This thread has me wondering if I should have bought a 1080p TV instead of the 720p TV I bought recently. However, the picture is really great on the one I have. It's a Toshiba 37" and I've always had high satisfaction with that brand.

I was looking around on various manufacturer web sites and found most of the 1080p TV's are larger screens. Smaller screens are still 720p for the most part. Based on that, it seems manufacturers feel the benefit of 1080p is only worthy of larger screens. That makes me feel better about the one I bought.


----------



## bmgoodman (Dec 20, 2000)

CraigHB said:


> This thread has me wondering if I should have bought a 1080p TV instead of the 720p TV I bought recently. However, the picture is really great on the one I have. It's a Toshiba 37" and I've always had high satisfaction with that brand.
> 
> I was looking around on various manufacturer web sites and found most of the 1080p TV's are larger screens. Smaller screens are still 720p for the most part. Based on that, it seems manufacturers feel the benefit of 1080p is only worthy of larger screens. That makes me feel better about the one I bought.


If you're pleased, don't regret your choice. From what I have read, 1080p isn't going to look better until the screen size gets over 40" (42? 46?). Even then, a first-rate 720 should out-do a run-of-the-mill 1080.


----------



## wdave (Jul 16, 2000)

bmgoodman said:


> If you're pleased, don't regret your choice. From what I have read, 1080p isn't going to look better until the screen size gets over 40" (42? 46?). Even then, a first-rate 720 should out-do a run-of-the-mill 1080.


Are we going around and around in this thread? Read my post #51 above.


----------



## skanter (May 28, 2003)

CraigHB said:


> BTW, I happened to go to Costco last night for something my wife wanted and was looking at their TV's. They do have a 1080p TV (1920x1080 pixels) for $1300. It's 42" and the brand is Sceptre. I don't know that I would go for one of those non-name brands they carry, but I have a feeling you're only paying for the name otherwise. If you don't mind taking the risk, it would be a good way to get the ultra resolution without paying a premium.

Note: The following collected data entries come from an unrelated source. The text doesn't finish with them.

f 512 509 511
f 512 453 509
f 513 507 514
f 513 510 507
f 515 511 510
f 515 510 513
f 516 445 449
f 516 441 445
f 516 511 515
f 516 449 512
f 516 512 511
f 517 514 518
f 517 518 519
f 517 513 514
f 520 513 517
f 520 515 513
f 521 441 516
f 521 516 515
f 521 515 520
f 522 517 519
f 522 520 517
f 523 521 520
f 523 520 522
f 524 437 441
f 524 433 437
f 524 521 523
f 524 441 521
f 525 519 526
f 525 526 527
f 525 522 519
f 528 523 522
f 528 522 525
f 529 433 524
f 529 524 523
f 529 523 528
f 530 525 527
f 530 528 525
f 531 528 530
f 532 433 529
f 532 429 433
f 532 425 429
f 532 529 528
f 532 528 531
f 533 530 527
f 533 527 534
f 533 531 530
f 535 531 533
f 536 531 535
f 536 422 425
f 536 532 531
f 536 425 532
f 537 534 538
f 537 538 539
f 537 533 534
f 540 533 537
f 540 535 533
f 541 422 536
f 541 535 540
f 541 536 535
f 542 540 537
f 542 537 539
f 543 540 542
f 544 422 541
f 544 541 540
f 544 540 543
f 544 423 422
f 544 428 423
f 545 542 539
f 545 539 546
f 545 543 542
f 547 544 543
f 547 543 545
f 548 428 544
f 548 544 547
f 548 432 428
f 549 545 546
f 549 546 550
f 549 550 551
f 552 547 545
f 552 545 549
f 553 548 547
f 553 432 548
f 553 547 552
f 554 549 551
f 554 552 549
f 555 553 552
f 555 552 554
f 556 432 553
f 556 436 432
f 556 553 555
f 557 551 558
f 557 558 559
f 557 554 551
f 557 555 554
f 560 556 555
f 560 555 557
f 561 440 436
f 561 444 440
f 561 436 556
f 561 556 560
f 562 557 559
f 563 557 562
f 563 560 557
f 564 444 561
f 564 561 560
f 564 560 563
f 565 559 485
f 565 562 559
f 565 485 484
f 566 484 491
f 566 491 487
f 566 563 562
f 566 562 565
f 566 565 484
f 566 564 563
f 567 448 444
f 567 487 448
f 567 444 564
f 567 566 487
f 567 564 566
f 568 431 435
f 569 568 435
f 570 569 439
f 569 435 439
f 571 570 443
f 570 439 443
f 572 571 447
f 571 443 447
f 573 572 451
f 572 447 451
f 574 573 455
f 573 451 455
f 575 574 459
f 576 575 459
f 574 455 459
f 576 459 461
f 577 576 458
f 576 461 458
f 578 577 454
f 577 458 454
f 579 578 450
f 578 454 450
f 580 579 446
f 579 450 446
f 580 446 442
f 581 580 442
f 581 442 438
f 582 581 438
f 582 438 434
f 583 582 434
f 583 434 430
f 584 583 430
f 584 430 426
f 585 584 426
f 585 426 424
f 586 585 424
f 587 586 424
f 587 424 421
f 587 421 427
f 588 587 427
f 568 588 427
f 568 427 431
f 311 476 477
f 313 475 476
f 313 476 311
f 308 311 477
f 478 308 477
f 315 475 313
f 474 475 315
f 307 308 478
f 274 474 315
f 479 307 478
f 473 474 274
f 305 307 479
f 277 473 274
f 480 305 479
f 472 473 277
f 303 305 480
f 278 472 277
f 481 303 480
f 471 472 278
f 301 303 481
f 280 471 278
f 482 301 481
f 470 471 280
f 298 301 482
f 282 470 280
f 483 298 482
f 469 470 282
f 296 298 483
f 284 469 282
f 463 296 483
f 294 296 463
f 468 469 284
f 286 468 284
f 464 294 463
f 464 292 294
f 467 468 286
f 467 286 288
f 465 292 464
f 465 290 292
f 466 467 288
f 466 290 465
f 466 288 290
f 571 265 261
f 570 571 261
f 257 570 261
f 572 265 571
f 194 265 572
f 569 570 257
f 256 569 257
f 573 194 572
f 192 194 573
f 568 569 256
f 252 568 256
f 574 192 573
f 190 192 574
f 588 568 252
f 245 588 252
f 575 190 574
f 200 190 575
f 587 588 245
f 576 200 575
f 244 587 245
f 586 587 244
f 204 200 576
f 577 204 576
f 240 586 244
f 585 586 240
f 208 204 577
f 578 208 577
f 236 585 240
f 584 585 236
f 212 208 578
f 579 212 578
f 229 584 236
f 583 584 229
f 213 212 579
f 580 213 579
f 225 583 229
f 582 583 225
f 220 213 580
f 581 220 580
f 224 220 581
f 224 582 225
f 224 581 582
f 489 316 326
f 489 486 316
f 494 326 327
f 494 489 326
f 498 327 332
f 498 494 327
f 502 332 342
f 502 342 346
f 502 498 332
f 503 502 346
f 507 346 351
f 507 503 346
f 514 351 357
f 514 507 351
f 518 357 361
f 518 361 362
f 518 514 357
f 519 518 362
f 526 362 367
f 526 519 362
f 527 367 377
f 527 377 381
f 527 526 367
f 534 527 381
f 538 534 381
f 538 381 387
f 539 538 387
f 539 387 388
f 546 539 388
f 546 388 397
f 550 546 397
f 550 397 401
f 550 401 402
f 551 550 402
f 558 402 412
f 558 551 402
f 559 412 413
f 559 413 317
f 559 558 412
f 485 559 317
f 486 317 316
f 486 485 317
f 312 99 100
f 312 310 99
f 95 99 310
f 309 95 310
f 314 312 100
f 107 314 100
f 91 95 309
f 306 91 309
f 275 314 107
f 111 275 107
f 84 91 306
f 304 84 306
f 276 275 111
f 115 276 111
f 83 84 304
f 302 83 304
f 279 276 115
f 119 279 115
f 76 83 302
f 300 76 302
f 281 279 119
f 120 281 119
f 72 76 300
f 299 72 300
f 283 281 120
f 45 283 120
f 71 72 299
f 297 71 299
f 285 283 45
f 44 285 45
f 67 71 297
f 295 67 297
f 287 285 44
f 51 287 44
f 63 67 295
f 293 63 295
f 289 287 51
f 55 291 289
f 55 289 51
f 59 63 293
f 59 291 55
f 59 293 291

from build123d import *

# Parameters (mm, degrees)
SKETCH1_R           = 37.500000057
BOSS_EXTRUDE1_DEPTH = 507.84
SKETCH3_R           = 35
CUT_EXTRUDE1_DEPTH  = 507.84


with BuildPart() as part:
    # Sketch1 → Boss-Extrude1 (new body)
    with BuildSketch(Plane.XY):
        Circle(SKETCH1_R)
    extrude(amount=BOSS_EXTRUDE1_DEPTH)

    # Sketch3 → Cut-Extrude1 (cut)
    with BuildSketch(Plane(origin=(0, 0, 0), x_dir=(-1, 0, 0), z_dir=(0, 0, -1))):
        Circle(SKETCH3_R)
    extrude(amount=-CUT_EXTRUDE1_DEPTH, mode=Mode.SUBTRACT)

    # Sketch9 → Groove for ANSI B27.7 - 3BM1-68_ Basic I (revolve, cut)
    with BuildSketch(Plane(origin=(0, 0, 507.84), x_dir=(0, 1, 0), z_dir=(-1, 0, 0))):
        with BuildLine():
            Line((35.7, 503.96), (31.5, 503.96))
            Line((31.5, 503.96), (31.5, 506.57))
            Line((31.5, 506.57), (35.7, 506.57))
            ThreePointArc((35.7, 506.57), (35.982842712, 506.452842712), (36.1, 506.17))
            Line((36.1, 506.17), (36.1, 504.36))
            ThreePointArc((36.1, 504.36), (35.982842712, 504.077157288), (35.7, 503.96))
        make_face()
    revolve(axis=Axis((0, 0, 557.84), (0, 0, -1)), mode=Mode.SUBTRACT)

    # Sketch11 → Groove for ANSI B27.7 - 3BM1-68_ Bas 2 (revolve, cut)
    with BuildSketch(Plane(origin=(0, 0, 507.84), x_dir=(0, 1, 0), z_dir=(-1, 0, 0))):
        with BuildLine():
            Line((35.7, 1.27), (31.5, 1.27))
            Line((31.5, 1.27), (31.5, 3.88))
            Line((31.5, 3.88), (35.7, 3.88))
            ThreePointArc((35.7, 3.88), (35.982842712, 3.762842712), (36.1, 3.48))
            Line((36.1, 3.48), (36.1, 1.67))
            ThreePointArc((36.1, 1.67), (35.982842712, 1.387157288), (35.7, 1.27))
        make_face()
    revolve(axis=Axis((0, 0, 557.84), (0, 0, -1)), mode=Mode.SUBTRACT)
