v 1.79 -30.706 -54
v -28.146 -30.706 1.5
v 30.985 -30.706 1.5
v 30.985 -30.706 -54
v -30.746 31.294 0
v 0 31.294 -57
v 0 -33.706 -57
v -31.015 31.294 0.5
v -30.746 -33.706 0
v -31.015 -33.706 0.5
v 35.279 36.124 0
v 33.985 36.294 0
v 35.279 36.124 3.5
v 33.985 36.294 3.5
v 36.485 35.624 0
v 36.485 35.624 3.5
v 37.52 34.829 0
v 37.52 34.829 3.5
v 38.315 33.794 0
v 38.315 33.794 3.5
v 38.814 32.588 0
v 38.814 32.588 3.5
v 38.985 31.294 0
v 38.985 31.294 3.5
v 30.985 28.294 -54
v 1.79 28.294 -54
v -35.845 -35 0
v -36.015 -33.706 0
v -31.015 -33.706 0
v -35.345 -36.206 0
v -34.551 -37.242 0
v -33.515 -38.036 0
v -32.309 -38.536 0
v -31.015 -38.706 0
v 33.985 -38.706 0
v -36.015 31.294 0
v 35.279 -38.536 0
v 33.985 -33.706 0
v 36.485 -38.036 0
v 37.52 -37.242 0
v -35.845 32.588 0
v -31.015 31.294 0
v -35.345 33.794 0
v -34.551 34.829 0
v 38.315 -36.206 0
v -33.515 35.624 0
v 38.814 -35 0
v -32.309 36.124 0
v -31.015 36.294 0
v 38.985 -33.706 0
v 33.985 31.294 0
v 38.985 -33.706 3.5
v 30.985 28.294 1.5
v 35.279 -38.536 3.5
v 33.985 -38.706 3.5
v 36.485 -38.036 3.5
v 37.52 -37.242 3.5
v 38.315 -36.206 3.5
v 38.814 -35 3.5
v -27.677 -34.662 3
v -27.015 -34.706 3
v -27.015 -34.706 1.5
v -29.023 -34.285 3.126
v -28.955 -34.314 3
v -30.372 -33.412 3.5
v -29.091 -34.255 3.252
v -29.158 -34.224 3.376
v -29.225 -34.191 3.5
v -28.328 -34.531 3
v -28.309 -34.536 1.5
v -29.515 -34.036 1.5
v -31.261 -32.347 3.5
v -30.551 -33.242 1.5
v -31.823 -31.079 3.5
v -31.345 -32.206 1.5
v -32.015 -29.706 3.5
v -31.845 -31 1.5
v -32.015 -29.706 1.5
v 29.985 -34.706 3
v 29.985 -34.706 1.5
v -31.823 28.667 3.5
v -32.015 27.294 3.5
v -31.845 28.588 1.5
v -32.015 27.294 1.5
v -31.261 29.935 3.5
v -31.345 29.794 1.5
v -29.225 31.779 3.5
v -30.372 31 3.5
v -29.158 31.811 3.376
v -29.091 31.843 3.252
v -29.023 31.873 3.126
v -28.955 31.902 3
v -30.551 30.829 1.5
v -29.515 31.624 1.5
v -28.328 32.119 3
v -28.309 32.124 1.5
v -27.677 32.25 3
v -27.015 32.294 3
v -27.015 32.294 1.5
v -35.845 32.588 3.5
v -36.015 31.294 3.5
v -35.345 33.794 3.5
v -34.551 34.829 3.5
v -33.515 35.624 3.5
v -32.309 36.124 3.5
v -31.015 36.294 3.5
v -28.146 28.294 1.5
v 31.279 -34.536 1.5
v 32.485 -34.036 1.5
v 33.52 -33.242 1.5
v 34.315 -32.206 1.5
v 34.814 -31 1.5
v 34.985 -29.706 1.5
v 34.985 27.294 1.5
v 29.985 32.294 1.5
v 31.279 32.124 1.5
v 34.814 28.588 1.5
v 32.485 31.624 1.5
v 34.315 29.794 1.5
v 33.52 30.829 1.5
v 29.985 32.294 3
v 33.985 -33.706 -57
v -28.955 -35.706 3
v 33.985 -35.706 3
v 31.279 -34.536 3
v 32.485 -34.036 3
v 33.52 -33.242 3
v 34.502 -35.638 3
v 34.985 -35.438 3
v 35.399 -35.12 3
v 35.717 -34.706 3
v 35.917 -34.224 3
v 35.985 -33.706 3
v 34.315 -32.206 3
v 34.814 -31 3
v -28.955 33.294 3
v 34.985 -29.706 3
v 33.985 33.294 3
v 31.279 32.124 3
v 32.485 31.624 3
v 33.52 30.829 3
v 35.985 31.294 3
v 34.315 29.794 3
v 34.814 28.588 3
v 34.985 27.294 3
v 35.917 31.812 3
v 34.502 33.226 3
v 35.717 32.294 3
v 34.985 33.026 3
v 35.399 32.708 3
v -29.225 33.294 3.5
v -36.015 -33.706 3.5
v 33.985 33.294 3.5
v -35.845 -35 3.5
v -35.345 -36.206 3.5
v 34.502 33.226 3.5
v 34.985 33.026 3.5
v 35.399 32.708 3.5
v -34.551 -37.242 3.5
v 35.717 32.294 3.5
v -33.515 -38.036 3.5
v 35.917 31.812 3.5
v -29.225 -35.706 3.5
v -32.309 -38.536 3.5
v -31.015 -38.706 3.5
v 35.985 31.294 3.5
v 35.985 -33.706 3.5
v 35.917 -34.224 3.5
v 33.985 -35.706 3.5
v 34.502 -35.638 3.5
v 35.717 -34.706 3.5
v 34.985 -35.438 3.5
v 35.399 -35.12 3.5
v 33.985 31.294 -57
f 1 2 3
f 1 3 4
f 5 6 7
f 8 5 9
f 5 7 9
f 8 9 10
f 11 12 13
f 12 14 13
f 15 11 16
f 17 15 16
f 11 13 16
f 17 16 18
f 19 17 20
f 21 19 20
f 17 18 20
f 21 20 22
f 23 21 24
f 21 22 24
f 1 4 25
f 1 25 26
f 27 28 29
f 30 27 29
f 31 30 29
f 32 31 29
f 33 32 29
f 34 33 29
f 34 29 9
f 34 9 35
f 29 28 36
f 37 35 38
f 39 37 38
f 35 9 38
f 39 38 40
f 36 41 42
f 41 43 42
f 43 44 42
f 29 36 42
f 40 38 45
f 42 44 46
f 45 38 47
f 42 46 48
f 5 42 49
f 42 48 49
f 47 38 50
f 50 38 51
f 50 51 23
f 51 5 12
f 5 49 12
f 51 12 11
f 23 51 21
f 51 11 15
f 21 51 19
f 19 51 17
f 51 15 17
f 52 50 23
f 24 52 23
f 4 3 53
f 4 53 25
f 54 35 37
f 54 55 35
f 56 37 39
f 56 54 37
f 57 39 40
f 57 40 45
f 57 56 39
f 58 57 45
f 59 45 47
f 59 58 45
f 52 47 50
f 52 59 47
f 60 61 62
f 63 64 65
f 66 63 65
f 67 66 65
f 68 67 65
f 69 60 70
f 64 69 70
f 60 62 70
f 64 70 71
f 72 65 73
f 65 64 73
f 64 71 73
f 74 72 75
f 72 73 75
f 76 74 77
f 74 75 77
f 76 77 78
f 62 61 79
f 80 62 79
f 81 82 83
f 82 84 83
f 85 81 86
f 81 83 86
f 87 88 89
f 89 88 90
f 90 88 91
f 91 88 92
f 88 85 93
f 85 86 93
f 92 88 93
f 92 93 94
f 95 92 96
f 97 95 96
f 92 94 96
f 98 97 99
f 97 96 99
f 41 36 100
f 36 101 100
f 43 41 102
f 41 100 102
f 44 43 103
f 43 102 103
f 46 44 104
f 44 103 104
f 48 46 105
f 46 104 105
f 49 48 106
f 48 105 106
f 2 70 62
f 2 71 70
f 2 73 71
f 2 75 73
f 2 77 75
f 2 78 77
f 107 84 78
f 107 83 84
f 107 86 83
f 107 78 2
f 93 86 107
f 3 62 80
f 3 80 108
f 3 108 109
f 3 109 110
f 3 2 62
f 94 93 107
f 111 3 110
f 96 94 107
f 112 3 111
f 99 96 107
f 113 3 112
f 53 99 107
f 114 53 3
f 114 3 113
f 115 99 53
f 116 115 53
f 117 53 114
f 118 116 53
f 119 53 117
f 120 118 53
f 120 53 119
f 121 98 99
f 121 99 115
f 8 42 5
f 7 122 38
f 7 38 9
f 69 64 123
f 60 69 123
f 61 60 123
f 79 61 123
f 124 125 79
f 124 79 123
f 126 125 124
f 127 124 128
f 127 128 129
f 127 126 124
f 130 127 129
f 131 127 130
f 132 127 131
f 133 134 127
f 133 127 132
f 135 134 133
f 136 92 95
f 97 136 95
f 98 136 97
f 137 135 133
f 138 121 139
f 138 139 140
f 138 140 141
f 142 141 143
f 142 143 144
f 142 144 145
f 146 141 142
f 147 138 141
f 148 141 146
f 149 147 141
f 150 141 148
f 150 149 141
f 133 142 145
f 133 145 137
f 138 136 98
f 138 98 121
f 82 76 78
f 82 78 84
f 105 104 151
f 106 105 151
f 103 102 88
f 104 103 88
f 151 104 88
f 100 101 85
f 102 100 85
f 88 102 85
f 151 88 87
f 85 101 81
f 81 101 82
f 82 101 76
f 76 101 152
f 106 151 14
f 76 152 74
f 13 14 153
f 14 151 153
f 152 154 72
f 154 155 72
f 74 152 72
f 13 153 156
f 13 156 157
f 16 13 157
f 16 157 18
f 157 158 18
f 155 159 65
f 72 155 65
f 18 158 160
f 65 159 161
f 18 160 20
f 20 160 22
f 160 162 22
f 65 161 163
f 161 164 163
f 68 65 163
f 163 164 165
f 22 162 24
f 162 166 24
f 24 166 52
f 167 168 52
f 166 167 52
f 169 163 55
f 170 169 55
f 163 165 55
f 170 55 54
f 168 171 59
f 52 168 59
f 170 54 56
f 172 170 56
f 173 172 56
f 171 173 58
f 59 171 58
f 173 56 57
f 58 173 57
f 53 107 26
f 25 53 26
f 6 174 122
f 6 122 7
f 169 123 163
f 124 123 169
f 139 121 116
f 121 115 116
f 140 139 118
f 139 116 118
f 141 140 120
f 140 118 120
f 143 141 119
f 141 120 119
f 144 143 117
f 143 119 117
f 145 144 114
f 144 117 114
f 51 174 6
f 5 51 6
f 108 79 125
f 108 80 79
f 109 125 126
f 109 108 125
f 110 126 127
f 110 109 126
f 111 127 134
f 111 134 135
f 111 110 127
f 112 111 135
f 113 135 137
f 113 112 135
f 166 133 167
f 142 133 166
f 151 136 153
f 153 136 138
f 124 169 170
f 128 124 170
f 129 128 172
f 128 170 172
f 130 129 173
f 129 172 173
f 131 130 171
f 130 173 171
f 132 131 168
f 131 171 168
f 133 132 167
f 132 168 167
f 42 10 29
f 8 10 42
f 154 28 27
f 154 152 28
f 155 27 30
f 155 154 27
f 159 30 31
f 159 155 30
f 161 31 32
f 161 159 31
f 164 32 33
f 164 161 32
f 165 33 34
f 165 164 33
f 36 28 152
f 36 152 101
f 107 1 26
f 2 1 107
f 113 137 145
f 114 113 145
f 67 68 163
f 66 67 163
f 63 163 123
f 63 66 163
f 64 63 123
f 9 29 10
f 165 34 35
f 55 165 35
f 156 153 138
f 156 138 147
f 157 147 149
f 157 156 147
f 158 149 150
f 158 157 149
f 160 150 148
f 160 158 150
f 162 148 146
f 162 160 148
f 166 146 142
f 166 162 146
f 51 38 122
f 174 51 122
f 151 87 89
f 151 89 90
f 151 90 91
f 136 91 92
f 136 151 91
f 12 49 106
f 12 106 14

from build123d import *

# Parameters (mm, degrees)
F0_W        = 75
F0_H        = 75
F1_DEPTH    = 3.5
F2_W        = 65
F2_H        = 65
F3_DEPTH    = 3.5
F4_R        = 5
F6_DEPTH    = 65
F7_T        = 3
F7_T3_DEPTH = 70.7303019134
F7_T5_DEPTH = 71
F7_T7_DEPTH = 6.5680995141
F7_T9_DEPTH = 6.5
F8_W        = 67
F8_H        = 67
F9_DEPTH    = 2
F10_R       = 5


# Not quite as in the source:
# - a shell that OpenCascade refuses in one call is made with other operations: the cavity is built on its own and cut out


with BuildPart() as f1:
    # F0 (on Top) → F1 (new body)
    with BuildSketch(Plane.XY):
        with Locations((1.4847200364, -1.2060580678)):
            Rectangle(F0_W, F0_H)
    extrude(amount=F1_DEPTH)

    # F2 (on face) → F3 (cut)
    with BuildSketch(Plane.XY.offset(3.5)):
        with Locations((1.4847200364, -1.2060580678)):
            Rectangle(F2_W, F2_H)
    extrude(amount=-F3_DEPTH, mode=Mode.SUBTRACT)

    # F4
    f4_edges = [f1.edges().sort_by_distance(p)[0] for p in [
        (38.98472, -38.706058, 1.75),
        (-36.01528, -38.706058, 1.75),
        (38.98472, 36.293942, 1.75),
        (-36.01528, 36.293942, 1.75),
    ]]
    fillet(f4_edges, radius=F4_R)

    # F5 (on face) → F6 (join)
    with BuildSketch(Plane(origin=(0, -33.7060580678, 0), x_dir=(-1, 0, 0), z_dir=(0, 1, 0))):
        Polygon((31.0152799636, 3.5), (-33.9847200364, 3.5), (-33.9847200364, -57), (0, -57), (31.0152799636, 0.5), align=None)
    extrude(amount=F6_DEPTH)

    # F7: shell of thickness 3, made by hand


with BuildPart() as f7_core1:
    # F7_t2: copy of F1
    add(f1.part)

    # the walls: a layer under each face that stays
    f7_faces = [f7_core1.faces().sort_by_distance(p)[0] for p in [
        (1.4847200364, 36.2939419322, 1.75),
        (-33.5152799636, -36.2060580678, 0),
        (37.5202539423, 34.8294758382, 1.75),
        (-34.5508138695, 34.8294758382, 1.75),
        (38.9847200364, -1.2060580678, 1.75),
        (-36.0152799636, -1.2060580678, 1.75),
        (37.5202539423, -37.2415919737, 1.75),
        (-34.5508138695, -37.2415919737, 1.75),
        (1.4847200364, -38.7060580678, 1.75),
        (-30.9703302825, -33.7060580678, 0.0833333333),
        (1.6195690797, -33.7060580678, -28.5),
        (33.9847200364, -1.2060580678, -28.5),
        (1.6195690797, 31.2939419322, -28.5),
        (-30.8804309203, 31.2939419322, 0.0833333333),
        (-31.0152799636, -1.2060580678, 0.25),
        (-15.5076399818, -1.2060580678, -28.25),
        (16.9923600182, -1.2060580678, -57),
    ]]
    thicken(f7_faces, amount=-F7_T, mode=Mode.SUBTRACT)

    # F7_s4 → F7_t3 (cut)
    with BuildSketch(Plane.YZ.offset(-33.745581877)):
        Polygon((-33.7360580678, -0.03), (-33.7060580678, 3), (-30.7060580678, 3), (-30.7060580678, 0), align=None)
        Polygon((31.3239419322, -0.03), (31.2939419322, 3), (28.2939419322, 3), (28.2939419322, 0), align=None)
    extrude(amount=F7_T3_DEPTH, mode=Mode.SUBTRACT)

    # F7_s6 → F7_t5 (cut)
    with BuildSketch(Plane.XZ.offset(-34.2939419322)):
        Polygon((34.0147200364, -0.03), (33.9847200364, 3), (30.9847200364, 3), (30.9847200364, 0), align=None)
        Polygon((-31.0116837883, 0.485757878), (-34.0152799636, 0.5), (-34.0152799636, 12.3810577497), (-28.3748974906, 1.9242122019), align=None)
    extrude(amount=F7_T5_DEPTH, mode=Mode.SUBTRACT)

    # F7_s8 → F7_t7 (cut)
    with BuildSketch(Plane(origin=(-5.5050917478, 0, 10.2060267027), x_dir=(0, 1, 0), z_dir=(-0.4747374006, 0, 0.880127491))):
        Polygon((-33.6760580678, 27.0900318369), (-36.7060580678, 27.0600318369), (-36.7060580678, 24.0600318369), (-33.7060580678, 24.0600318369), align=None)
        Polygon((31.2639419322, 27.0900318369), (34.2939419322, 27.0600318369), (34.2939419322, 24.0600318369), (31.2939419322, 24.0600318369), align=None)
    extrude(amount=F7_T7_DEPTH, mode=Mode.SUBTRACT)

    # F7_s10 → F7_t9 (cut)
    with BuildSketch(Plane.XY.offset(-3)):
        Polygon((-30.9852799636, -33.6760580678), (-31.0152799636, -36.7060580678), (-34.0152799636, -36.7060580678), (-34.0152799636, -33.7060580678), align=None)
        Polygon((-30.9852799636, 31.2639419322), (-31.0152799636, 34.2939419322), (-34.0152799636, 34.2939419322), (-34.0152799636, 31.2939419322), align=None)
    extrude(amount=F7_T9_DEPTH, mode=Mode.SUBTRACT)


with BuildPart() as f1_1:
    add(f1.part)

    # what is left inside the walls is the cavity
    f7_cavity = [f7_core1.part.solids().sort_by_distance(p)[0] for p in [
        (3.379924, -12.706058, 3.47),
    ]]
    add(f7_cavity, mode=Mode.SUBTRACT)

    # F8 (on face) → F9 (cut)
    with BuildSketch(Plane.XY.offset(3.5)):
        with Locations((1.4847200364, -1.2060580678)):
            Rectangle(F8_W, F8_H)
    extrude(amount=-F9_DEPTH, mode=Mode.SUBTRACT)

    # F10
    f10_edges = [f1_1.edges().sort_by_distance(p)[0] for p in [
        (-32.01528, 32.293942, 2.5),
        (34.98472, 32.293942, 2.25),
        (-32.01528, -34.706058, 2.5),
        (34.98472, -34.706058, 2.25),
    ]]
    fillet(f10_edges, radius=F10_R)


solid = f1_1.part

There are myriad factors that determine the quality of viewing experience. Believing that 1080P is the holy grail of PQ is like thinking that any 10MP camera will produce a better image than an 8MP camera.

Color rendition, black level, contrast ratio, viewing distance, size of panel, plasma vs LCD et. al. quality of content all probably have a greater influence on PQ than pixel count.

Buying an off-brand, cheap LCD panel just because it has 1080P is a terrible idea.
Do the research before you buy. I recently bought the Panny TH-42PH9UK industrial plasma panel and am wowed by the PQ -- and this monitor is now avaiable for about 1K! (I think the 50" is about 1.5K). Understand that this has no receiver or speakers, and you need to buy a plug-in HDMI blade if you want HDMI.

I watch at 9' distance, which would make 1080P a total waste of money, as I could not see any higher resolution.


----------



## bmgoodman (Dec 20, 2000)

wdave said:


> Are we going around and around in this thread? Read my post #51 above.


Apparently we are, but I admit I hadn't attempted to read all the previous sniping, er, discussion. In any event, looking back at some of the enlightening information, I can see my post was superfluous. And unnecessary. And redundant! 

Happy holidays.


----------



## CraigHB (Dec 24, 2003)

Long discussions do sometimes have a way of getting circular, but this is a meaningful topic (for me at least) so I don't mind if things are a little redundant.


----------



## GregComeLately (Nov 27, 2006)

The smaller your screen, the closer in you'll have to move your chair or sofa in order to benefit from the improved resolution. If you aren't willing to make this kind of viewing adjustment, which might even require you to change the layout of your room to make this closer proximity work, there will be very little to no point in going for a 1080p display panel. 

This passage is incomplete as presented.